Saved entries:
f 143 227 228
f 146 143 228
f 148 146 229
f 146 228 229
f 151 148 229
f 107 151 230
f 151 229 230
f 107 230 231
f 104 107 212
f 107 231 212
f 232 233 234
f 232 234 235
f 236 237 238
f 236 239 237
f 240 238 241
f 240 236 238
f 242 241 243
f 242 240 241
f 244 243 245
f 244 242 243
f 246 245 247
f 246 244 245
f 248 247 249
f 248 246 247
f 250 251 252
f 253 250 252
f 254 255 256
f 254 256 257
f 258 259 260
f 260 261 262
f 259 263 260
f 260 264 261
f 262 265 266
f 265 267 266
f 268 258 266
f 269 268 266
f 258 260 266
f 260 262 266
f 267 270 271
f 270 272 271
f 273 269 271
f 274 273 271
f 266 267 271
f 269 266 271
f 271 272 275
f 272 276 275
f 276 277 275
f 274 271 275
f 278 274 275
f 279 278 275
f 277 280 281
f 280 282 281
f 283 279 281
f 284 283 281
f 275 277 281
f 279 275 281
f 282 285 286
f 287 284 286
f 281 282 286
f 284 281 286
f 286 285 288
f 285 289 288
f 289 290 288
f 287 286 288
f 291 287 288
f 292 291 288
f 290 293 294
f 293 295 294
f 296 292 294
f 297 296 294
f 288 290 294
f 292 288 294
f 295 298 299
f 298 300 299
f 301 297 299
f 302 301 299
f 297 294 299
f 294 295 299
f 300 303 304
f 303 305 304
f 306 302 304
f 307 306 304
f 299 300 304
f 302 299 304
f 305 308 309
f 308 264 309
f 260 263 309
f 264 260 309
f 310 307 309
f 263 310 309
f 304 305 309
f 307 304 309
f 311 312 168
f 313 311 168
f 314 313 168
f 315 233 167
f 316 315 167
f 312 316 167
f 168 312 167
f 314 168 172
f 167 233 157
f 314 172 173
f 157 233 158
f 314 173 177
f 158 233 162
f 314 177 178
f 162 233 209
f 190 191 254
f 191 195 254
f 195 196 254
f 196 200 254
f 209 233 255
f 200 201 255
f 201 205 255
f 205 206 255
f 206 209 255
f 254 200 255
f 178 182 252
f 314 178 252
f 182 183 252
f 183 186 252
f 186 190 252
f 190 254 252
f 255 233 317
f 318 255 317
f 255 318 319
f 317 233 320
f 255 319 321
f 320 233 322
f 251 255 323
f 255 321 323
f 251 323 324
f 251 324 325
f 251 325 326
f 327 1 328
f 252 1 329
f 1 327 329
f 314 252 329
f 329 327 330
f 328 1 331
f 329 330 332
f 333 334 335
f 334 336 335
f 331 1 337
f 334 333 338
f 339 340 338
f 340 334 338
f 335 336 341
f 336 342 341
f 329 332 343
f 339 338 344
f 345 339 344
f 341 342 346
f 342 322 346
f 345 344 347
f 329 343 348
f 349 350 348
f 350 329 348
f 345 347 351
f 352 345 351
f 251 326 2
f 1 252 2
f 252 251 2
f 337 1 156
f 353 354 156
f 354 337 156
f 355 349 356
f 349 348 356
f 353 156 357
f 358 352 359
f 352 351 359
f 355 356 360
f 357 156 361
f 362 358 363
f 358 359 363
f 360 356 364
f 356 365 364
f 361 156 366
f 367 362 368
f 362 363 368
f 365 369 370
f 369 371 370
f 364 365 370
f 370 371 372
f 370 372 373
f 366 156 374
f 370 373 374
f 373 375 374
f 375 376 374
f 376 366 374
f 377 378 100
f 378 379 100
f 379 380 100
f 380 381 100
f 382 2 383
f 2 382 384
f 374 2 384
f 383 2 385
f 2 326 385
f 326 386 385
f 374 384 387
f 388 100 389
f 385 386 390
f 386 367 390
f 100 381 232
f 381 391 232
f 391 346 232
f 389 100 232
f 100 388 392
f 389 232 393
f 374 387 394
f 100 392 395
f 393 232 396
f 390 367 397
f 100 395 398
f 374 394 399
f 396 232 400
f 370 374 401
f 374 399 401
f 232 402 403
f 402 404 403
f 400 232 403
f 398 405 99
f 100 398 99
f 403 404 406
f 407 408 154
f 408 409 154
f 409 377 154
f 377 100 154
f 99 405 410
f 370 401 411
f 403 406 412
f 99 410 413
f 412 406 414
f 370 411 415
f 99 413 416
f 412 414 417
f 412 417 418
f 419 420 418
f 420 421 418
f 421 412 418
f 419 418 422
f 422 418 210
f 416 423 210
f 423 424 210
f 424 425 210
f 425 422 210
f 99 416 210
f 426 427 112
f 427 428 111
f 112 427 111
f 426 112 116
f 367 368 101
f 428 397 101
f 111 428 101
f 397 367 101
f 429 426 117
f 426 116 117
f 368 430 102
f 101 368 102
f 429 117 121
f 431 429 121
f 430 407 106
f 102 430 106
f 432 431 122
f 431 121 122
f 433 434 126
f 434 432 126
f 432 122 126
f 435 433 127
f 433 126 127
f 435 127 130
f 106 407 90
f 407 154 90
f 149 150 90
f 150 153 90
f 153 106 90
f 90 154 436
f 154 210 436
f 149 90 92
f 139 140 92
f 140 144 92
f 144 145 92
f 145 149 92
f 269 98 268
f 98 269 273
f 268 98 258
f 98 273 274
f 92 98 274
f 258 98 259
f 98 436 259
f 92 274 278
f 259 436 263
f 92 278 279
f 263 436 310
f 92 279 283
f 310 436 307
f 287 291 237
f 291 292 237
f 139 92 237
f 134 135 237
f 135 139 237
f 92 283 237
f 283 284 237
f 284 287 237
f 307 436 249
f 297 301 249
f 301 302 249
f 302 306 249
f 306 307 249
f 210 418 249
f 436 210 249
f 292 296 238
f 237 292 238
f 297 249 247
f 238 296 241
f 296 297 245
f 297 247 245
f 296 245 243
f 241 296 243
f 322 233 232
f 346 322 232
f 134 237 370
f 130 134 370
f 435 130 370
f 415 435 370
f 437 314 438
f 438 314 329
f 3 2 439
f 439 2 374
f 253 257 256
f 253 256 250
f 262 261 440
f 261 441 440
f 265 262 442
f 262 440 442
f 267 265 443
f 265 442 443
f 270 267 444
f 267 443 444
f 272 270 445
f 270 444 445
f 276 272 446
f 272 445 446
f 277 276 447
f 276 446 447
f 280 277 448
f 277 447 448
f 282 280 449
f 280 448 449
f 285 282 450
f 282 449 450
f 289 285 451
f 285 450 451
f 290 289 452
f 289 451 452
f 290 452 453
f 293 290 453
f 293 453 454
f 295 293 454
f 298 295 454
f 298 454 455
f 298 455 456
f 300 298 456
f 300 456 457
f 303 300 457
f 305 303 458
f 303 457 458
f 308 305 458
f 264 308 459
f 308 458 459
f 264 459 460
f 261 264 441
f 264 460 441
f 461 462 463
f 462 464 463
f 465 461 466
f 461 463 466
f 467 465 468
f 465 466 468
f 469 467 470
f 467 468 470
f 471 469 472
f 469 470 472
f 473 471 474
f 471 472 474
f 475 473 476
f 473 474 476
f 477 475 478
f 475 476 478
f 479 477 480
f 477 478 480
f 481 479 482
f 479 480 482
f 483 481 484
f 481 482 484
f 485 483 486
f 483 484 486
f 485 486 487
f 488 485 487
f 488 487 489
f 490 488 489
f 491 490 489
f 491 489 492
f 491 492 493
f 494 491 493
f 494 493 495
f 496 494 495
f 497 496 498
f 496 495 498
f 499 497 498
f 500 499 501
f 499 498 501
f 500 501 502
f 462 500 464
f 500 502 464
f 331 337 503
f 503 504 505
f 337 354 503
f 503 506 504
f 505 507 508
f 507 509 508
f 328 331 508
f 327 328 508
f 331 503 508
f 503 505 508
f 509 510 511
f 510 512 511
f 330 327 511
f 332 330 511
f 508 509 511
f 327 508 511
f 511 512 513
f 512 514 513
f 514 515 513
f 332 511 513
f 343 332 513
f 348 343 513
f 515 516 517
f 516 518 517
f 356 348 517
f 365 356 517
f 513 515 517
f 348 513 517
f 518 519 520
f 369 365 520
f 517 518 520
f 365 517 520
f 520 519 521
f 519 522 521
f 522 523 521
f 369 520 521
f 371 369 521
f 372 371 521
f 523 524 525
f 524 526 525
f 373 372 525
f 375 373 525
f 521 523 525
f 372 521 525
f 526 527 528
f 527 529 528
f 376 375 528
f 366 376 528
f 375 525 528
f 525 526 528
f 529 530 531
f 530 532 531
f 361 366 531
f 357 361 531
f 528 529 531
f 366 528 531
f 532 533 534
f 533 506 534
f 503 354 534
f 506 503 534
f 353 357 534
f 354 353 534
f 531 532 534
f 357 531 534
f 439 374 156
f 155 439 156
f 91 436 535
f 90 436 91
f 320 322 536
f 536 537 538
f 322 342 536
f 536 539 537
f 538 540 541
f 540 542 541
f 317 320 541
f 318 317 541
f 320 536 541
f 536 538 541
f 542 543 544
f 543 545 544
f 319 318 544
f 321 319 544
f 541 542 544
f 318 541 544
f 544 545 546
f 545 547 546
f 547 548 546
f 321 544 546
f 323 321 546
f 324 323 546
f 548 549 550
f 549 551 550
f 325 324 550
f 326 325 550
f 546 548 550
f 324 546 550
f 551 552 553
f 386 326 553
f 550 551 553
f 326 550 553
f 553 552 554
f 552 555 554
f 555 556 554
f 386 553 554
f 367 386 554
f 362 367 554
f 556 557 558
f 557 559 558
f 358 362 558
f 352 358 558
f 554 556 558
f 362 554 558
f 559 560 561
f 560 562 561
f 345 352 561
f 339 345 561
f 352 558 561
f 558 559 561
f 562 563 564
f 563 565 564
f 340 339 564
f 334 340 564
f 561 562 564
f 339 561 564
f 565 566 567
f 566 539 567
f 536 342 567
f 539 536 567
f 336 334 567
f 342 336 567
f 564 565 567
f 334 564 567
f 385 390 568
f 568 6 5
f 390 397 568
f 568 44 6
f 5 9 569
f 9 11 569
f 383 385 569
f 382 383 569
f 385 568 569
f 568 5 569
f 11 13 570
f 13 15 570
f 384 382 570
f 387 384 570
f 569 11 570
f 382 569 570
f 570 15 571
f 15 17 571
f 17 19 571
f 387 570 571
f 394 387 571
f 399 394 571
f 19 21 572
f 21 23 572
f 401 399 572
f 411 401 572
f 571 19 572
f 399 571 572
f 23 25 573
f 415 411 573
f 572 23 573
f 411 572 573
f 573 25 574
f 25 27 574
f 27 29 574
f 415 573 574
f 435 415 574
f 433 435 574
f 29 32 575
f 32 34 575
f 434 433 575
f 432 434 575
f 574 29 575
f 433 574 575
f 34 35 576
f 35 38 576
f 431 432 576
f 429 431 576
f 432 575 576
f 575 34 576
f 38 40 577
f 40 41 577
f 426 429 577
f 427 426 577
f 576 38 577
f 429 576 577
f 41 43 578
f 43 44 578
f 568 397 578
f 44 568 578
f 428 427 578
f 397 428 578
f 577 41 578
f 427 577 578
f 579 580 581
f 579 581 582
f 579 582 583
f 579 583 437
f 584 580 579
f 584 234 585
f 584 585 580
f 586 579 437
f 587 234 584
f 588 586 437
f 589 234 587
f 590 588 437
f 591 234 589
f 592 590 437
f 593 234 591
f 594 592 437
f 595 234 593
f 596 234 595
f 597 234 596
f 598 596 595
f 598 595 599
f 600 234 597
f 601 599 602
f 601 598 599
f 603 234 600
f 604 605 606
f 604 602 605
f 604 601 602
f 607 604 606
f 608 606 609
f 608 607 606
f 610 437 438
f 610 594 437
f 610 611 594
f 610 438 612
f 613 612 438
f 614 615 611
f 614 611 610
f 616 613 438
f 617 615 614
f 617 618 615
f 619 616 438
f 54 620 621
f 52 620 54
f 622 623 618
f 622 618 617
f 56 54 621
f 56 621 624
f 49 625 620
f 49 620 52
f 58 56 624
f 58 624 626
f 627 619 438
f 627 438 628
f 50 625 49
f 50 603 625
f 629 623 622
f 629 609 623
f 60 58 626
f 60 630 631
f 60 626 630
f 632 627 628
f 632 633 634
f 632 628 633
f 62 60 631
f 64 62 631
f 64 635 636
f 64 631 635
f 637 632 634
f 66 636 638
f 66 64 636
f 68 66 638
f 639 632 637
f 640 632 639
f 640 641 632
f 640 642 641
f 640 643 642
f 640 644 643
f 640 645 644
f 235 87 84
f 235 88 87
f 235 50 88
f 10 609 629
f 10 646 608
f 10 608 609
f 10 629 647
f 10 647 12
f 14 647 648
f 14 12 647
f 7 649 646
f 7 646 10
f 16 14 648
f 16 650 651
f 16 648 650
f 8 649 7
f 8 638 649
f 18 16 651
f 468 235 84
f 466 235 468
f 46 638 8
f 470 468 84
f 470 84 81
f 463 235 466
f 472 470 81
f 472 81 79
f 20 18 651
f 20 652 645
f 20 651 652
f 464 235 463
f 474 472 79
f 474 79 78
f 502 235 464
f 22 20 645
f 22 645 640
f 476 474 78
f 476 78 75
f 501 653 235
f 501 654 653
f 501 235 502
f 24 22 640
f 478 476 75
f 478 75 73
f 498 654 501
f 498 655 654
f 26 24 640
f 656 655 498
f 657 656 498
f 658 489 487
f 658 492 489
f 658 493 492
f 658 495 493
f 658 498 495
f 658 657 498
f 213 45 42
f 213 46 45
...
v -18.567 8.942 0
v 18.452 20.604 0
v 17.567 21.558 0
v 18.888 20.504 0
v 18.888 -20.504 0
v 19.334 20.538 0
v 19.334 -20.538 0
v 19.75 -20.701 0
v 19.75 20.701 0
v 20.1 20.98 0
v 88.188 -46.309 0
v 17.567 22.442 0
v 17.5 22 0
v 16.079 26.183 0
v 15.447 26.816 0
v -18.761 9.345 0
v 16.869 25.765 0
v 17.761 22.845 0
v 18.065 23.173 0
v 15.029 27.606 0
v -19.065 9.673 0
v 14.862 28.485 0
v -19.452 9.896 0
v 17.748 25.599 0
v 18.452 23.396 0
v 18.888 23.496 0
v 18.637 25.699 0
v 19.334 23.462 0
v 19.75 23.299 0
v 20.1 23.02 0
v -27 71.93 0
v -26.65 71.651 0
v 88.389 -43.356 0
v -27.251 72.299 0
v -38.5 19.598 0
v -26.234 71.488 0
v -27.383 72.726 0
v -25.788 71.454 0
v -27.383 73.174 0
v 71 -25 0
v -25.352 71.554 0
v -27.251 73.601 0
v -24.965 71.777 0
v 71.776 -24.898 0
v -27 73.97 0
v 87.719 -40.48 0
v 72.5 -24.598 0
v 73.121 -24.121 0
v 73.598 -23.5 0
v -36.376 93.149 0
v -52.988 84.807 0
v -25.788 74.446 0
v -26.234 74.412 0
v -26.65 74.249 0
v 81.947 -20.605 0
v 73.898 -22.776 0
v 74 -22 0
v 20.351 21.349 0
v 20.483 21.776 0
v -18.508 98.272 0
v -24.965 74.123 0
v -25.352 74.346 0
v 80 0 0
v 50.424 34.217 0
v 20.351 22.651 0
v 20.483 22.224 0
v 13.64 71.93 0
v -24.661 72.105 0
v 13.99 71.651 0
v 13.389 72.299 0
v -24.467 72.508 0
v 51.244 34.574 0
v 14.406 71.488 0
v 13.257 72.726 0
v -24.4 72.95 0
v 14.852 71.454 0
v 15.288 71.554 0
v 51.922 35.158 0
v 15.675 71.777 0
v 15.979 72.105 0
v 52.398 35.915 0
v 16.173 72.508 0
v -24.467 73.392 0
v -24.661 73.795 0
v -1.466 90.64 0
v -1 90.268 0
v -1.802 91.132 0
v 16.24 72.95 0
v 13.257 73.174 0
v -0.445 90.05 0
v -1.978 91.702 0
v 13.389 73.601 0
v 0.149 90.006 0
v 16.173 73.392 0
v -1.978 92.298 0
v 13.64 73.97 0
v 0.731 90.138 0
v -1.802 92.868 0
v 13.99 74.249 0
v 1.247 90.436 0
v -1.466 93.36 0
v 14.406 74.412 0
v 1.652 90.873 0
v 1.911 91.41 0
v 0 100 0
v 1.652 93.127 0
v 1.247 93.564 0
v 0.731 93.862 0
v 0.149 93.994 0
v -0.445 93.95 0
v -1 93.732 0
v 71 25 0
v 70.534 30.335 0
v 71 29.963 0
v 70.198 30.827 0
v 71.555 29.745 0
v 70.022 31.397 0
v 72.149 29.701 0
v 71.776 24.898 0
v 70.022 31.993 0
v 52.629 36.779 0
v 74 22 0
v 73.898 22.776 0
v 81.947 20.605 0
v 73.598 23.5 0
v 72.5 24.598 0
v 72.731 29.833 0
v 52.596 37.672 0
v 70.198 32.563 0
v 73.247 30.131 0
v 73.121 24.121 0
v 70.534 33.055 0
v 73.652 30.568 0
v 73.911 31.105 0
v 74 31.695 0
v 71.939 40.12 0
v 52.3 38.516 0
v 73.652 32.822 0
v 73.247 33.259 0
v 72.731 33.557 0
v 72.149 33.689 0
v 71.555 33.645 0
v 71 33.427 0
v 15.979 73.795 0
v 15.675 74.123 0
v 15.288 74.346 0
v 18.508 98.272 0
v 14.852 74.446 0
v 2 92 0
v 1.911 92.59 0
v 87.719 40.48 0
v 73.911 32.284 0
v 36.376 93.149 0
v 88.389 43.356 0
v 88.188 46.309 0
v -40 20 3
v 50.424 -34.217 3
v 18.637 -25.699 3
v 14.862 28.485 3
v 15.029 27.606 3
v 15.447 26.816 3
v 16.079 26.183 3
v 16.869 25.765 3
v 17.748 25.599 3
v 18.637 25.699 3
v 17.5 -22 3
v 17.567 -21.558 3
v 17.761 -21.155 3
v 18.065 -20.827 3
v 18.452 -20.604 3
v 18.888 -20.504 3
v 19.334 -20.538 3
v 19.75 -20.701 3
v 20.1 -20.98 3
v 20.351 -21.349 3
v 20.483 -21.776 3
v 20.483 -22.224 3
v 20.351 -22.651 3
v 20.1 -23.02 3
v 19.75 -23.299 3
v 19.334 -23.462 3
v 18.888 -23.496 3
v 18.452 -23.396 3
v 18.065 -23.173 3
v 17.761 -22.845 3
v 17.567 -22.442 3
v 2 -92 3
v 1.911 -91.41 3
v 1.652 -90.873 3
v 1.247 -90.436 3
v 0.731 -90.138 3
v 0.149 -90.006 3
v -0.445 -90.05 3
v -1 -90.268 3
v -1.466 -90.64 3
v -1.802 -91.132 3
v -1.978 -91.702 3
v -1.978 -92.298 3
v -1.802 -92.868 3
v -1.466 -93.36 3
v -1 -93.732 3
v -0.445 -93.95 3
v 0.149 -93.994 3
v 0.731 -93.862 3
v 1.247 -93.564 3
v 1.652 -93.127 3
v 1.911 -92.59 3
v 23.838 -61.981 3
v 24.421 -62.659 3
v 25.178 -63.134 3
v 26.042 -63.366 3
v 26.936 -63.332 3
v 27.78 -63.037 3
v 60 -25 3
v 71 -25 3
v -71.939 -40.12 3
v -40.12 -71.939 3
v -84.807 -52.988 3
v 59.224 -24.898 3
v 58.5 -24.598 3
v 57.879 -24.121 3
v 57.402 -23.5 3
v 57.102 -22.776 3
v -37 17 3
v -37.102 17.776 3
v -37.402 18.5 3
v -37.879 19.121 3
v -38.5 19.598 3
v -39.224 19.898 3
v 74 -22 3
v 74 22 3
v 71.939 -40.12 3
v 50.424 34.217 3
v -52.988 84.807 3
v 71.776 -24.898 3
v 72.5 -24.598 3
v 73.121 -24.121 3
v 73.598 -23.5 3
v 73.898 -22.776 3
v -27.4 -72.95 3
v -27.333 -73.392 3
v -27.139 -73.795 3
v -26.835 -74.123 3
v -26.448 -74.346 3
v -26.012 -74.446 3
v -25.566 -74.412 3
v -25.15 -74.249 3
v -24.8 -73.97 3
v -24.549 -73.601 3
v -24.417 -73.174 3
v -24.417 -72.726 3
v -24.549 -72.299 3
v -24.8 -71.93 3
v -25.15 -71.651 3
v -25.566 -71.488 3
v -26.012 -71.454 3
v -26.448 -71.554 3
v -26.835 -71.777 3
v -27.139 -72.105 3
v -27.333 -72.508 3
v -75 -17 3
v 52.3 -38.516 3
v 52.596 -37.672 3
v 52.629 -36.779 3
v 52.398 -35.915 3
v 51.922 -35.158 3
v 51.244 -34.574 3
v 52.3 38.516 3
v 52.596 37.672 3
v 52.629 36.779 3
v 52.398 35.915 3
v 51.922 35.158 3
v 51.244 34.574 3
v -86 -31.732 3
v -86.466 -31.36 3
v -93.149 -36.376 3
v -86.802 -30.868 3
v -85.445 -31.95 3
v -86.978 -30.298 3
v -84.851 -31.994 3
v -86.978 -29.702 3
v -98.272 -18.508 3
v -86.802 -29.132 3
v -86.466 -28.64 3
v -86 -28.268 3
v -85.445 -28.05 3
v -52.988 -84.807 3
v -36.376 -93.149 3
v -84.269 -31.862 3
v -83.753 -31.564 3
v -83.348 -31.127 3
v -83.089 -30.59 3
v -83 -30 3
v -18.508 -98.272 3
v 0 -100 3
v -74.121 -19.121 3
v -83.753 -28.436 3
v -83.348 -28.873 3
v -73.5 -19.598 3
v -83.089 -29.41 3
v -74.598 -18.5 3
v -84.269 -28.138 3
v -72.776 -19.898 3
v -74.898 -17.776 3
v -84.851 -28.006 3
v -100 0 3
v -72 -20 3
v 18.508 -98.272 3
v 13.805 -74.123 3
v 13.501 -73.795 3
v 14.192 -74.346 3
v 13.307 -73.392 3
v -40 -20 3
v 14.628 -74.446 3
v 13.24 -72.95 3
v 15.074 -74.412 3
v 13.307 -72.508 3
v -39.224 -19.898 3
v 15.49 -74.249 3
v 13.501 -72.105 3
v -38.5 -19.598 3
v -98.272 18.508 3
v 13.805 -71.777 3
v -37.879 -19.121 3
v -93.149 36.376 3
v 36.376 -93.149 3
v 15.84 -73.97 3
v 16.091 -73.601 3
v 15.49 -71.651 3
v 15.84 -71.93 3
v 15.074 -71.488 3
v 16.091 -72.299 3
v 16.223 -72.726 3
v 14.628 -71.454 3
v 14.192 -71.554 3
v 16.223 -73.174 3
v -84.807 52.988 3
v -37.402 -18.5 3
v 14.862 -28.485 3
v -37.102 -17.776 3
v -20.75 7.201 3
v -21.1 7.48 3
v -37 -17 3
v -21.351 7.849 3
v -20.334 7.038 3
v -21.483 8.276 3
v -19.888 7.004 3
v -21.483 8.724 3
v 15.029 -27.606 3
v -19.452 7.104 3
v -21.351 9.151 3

**Instructions to follow:** Set down, exactly as they appear above, all lines from the one that has "f 334 336 335" down to the one that has "f 337 1 156", including those two and no others.

**Answer box:**
f 334 336 335
f 331 1 337
f 334 333 338
f 339 340 338
f 340 334 338
f 335 336 341
f 336 342 341
f 329 332 343
f 339 338 344
f 345 339 344
f 341 342 346
f 342 322 346
f 345 344 347
f 329 343 348
f 349 350 348
f 350 329 348
f 345 347 351
f 352 345 351
f 251 326 2
f 1 252 2
f 252 251 2
f 337 1 156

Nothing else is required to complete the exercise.